*EXERCISE DETAILS*: When you reach the line in the data below that contains "e69 v4 v54 LINE", please start repeating lines exactly, and stop after the line that contains "e75 v56 v53 LINE", repeating nothing else.
START EXCERPTED DATA
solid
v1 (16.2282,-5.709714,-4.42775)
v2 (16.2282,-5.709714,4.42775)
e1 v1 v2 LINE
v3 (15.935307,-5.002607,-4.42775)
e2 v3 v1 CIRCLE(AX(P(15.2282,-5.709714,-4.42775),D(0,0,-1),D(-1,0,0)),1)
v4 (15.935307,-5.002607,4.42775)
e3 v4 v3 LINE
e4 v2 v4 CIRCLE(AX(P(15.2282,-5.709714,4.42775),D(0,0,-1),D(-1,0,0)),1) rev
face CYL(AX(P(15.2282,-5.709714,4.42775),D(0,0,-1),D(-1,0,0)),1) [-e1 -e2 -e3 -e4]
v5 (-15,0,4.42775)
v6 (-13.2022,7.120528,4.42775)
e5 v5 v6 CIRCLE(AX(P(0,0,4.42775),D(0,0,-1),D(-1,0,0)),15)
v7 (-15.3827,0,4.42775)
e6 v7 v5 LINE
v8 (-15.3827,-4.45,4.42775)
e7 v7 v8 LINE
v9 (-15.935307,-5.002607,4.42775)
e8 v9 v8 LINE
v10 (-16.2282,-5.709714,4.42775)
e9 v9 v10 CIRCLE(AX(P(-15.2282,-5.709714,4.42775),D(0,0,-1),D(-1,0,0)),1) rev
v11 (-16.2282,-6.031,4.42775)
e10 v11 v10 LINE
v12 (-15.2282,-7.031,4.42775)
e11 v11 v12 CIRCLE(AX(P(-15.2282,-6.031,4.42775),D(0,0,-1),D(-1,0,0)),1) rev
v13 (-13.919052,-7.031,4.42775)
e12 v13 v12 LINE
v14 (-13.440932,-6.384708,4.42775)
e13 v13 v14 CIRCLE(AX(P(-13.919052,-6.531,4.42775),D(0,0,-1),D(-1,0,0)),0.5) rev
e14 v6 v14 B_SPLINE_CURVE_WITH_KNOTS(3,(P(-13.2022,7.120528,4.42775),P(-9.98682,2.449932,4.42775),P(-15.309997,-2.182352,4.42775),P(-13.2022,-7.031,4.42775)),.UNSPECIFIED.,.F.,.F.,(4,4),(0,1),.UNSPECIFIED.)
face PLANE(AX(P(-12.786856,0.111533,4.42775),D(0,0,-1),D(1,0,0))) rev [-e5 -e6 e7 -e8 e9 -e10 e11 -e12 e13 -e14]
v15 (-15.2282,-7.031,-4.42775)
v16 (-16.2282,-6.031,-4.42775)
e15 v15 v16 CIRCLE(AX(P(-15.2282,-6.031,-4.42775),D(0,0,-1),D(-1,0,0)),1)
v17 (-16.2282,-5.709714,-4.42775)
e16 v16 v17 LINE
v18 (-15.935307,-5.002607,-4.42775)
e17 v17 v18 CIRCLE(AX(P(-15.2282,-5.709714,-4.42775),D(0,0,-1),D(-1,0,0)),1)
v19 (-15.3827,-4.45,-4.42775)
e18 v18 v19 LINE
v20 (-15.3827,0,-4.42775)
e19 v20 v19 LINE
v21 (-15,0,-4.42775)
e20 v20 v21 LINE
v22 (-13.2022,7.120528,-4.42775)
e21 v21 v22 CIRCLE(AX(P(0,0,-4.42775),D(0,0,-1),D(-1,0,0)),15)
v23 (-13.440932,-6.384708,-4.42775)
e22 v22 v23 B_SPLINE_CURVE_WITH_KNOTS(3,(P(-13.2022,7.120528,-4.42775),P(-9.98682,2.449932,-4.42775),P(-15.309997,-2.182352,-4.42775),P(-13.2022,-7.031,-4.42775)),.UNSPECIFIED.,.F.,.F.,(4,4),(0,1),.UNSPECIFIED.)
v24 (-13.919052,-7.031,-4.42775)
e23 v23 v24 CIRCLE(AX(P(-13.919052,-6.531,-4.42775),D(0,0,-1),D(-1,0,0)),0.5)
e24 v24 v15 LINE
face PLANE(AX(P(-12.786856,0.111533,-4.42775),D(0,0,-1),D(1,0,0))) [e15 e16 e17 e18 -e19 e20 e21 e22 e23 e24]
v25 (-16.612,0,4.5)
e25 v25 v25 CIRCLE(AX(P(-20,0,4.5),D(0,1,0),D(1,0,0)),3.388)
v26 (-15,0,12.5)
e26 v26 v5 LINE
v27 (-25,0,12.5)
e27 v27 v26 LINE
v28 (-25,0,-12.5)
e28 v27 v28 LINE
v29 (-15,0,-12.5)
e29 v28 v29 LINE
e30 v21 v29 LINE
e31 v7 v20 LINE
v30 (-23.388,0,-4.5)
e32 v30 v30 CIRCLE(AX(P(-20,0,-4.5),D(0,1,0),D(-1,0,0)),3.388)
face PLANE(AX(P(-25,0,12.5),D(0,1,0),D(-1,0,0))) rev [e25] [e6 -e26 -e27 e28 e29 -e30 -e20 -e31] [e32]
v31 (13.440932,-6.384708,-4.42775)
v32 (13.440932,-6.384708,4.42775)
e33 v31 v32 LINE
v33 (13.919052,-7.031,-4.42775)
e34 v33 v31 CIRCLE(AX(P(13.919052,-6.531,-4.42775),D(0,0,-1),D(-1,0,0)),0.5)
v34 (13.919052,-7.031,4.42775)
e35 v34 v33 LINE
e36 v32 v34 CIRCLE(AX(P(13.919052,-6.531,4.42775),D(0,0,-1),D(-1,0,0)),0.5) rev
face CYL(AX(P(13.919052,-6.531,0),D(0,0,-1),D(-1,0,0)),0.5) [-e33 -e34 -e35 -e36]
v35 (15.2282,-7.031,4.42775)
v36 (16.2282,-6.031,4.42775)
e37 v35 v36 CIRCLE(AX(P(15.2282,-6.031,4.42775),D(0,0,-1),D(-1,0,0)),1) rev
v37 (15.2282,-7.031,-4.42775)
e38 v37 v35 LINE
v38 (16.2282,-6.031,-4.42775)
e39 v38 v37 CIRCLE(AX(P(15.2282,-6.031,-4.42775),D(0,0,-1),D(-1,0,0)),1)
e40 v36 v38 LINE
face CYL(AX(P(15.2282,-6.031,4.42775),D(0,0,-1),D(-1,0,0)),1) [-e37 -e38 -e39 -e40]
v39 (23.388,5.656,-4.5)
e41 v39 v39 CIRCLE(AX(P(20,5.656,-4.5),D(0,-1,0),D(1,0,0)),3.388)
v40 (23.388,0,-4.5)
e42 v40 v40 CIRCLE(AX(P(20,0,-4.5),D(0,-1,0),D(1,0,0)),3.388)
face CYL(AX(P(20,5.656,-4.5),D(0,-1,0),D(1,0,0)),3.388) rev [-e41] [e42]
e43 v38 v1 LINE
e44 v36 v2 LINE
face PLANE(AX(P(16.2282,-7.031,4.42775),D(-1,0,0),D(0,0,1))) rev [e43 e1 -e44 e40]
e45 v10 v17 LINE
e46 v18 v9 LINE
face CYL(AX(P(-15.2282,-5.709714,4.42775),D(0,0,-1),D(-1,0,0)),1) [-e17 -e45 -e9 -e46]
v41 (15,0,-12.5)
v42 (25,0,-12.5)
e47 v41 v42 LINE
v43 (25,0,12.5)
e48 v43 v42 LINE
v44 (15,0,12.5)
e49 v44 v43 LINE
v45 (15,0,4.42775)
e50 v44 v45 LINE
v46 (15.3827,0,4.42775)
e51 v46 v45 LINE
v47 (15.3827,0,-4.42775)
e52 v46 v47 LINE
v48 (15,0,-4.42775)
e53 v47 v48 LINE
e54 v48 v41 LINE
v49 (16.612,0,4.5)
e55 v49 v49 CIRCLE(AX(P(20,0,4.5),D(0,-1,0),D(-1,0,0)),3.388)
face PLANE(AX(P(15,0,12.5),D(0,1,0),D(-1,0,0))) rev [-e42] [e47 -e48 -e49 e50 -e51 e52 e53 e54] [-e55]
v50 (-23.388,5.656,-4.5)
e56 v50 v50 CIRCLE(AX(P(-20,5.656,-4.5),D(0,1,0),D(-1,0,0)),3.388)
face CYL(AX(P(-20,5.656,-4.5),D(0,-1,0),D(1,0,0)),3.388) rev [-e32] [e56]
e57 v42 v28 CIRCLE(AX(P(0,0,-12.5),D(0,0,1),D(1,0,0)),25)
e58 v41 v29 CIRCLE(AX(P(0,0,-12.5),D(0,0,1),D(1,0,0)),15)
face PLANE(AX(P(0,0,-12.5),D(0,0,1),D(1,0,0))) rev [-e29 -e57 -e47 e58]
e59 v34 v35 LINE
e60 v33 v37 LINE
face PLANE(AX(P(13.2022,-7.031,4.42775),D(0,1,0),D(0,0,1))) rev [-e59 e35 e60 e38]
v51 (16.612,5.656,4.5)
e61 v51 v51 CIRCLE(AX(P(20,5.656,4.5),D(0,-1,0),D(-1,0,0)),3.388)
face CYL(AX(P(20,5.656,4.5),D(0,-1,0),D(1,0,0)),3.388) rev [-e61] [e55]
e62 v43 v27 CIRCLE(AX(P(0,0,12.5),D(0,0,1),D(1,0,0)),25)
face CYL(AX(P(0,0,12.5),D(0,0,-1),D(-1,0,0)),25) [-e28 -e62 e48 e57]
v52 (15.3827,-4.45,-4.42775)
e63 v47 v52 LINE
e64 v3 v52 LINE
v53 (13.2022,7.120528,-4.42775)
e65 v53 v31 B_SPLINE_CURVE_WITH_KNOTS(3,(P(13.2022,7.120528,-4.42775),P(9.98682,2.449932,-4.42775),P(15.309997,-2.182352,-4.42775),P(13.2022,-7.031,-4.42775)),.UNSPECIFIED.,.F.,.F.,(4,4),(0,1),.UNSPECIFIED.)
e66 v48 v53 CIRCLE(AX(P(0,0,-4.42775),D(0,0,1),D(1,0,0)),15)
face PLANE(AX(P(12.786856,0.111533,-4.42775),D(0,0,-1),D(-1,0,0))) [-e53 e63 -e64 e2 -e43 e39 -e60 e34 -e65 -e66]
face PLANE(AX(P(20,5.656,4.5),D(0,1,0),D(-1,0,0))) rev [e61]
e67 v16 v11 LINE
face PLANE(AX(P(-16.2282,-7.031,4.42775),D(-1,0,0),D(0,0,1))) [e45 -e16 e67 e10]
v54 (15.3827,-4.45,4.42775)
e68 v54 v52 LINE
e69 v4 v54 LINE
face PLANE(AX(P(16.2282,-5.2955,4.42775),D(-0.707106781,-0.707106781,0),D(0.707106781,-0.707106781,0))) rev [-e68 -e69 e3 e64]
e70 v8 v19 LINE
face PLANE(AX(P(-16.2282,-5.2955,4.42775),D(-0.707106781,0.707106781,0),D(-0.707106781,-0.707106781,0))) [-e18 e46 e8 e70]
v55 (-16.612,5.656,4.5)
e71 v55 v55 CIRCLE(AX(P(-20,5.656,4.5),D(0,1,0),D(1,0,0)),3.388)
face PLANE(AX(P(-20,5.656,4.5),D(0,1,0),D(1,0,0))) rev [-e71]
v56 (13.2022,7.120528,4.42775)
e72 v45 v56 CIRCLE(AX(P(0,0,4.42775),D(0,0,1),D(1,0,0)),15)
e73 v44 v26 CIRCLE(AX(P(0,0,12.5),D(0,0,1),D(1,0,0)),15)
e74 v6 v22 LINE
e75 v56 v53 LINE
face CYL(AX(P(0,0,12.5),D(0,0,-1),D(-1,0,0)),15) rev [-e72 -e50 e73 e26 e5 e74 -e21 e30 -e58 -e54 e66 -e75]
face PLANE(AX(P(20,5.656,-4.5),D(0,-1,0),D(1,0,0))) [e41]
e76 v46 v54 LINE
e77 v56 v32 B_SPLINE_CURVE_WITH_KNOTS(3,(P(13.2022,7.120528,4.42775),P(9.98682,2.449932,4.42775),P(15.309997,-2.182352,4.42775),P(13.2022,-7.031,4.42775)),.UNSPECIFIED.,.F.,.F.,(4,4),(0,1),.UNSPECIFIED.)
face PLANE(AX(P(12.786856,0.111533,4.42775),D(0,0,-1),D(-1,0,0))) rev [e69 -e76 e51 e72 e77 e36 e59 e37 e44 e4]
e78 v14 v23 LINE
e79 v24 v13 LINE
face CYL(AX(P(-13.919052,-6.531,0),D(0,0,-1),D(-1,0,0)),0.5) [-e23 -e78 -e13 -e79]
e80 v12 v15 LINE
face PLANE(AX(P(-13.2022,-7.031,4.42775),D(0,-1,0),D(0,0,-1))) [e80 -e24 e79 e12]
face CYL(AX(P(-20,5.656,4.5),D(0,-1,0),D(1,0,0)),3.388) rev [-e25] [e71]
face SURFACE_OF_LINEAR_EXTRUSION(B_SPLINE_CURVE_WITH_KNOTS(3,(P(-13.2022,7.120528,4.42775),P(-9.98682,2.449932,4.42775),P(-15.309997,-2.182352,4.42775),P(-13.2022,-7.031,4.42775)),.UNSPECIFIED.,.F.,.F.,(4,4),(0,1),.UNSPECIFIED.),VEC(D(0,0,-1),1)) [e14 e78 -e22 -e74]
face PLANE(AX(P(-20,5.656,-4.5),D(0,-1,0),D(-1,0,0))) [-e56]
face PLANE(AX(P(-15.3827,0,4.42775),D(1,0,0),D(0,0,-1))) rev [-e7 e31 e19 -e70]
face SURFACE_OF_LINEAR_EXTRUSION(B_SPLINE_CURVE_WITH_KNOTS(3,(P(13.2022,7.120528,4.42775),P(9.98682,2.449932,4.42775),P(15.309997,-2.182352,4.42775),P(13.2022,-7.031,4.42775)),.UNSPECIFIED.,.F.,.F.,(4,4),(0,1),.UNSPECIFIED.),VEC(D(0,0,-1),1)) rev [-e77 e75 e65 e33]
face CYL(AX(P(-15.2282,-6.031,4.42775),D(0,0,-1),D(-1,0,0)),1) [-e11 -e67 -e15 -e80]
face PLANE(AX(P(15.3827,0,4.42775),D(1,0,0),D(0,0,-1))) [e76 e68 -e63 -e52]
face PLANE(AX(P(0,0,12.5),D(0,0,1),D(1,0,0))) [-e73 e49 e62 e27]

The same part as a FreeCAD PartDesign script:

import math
import FreeCAD as App
import Part
import Sketcher

V = App.Vector
Q = App.Units.Quantity


def edges_at(feature, points):
    """Names of the edges that pass closest to the given points."""
    edges = feature.Shape.Edges
    near = lambda p: min(range(len(edges)), key=lambda i: edges[i].distToShape(Part.Vertex(*p))[0])
    return sorted({f"Edge{near(p) + 1}" for p in points})

doc = App.newDocument("Part")
params = doc.addObject("Spreadsheet::Sheet", "Params")
for row, (alias, value) in enumerate([
    ("sketch1_radius", "15 mm"),
    ("sketch1_radius2", "25 mm"),
    ("pad1_length", "25 mm"),
    ("sketch2_height", "4.45 mm"),
    ("pad2_length", "8.8555 mm"),
    ("fillet_radius", "1 mm"),
    ("fillet2_radius", "1 mm"),
    ("fillet3_radius", "1 mm"),
    ("fillet4_radius", "1 mm"),
    ("pocket1_length", "5.656 mm"),
    ("fillet5_radius", "0.5 mm"),
], start=1):
    params.set(f"A{row}", alias)
    params.set(f"B{row}", "=" + value)
    params.setAlias(f"B{row}", alias)

body = doc.addObject("PartDesign::Body", "Body")

sketch1 = body.newObject("Sketcher::SketchObject", "Sketch")
sketch1.AttachmentSupport = (doc.getObject("XY_Plane"), [""])
sketch1.MapMode = "FlatFace"
sketch1.addGeometry([
    Part.LineSegment(V(-25, 0, 0), V(-15, 0, 0)),
    Part.ArcOfCircle(Part.Circle(V(0, 0, 0), V(0, 0, 1), 15), math.radians(0), math.radians(180)),
    Part.LineSegment(V(15, 0, 0), V(25, 0, 0)),
    Part.ArcOfCircle(Part.Circle(V(0, 0, 0), V(0, 0, 1), 25), math.radians(0), math.radians(180)),
], False)
sketch1.addConstraint([
    Sketcher.Constraint("Coincident", 0, 2, 1, 2),
    Sketcher.Constraint("Coincident", 1, 1, 2, 1),
    Sketcher.Constraint("Coincident", 2, 2, 3, 1),
    Sketcher.Constraint("Coincident", 3, 2, 0, 1),
    Sketcher.Constraint("Horizontal", 0),
    Sketcher.Constraint("Horizontal", 2),
    Sketcher.Constraint("Coincident", 1, 3, -1, 1),
    Sketcher.Constraint("Coincident", 3, 3, -1, 1),
    Sketcher.Constraint("PointOnObject", 0, 2, -1),
    Sketcher.Constraint("PointOnObject", 1, 1, -1),
    Sketcher.Constraint("Radius", 1, Q("15 mm")),
    Sketcher.Constraint("Radius", 3, Q("25 mm")),
])
sketch1.setExpression("Constraints[10]", "Params.sketch1_radius")
sketch1.setExpression("Constraints[11]", "Params.sketch1_radius2")
pad1 = body.newObject("PartDesign::Pad", "Pad")
pad1.Profile = sketch1
pad1.setExpression("Length", "Params.pad1_length")
pad1.Midplane = True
END EXCERPTED DATA
*SOLUTION TO THIS EXERCISE*:
e69 v4 v54 LINE
face PLANE(AX(P(16.2282,-5.2955,4.42775),D(-0.707106781,-0.707106781,0),D(0.707106781,-0.707106781,0))) rev [-e68 -e69 e3 e64]
e70 v8 v19 LINE
face PLANE(AX(P(-16.2282,-5.2955,4.42775),D(-0.707106781,0.707106781,0),D(-0.707106781,-0.707106781,0))) [-e18 e46 e8 e70]
v55 (-16.612,5.656,4.5)
e71 v55 v55 CIRCLE(AX(P(-20,5.656,4.5),D(0,1,0),D(1,0,0)),3.388)
face PLANE(AX(P(-20,5.656,4.5),D(0,1,0),D(1,0,0))) rev [-e71]
v56 (13.2022,7.120528,4.42775)
e72 v45 v56 CIRCLE(AX(P(0,0,4.42775),D(0,0,1),D(1,0,0)),15)
e73 v44 v26 CIRCLE(AX(P(0,0,12.5),D(0,0,1),D(1,0,0)),15)
e74 v6 v22 LINE
e75 v56 v53 LINE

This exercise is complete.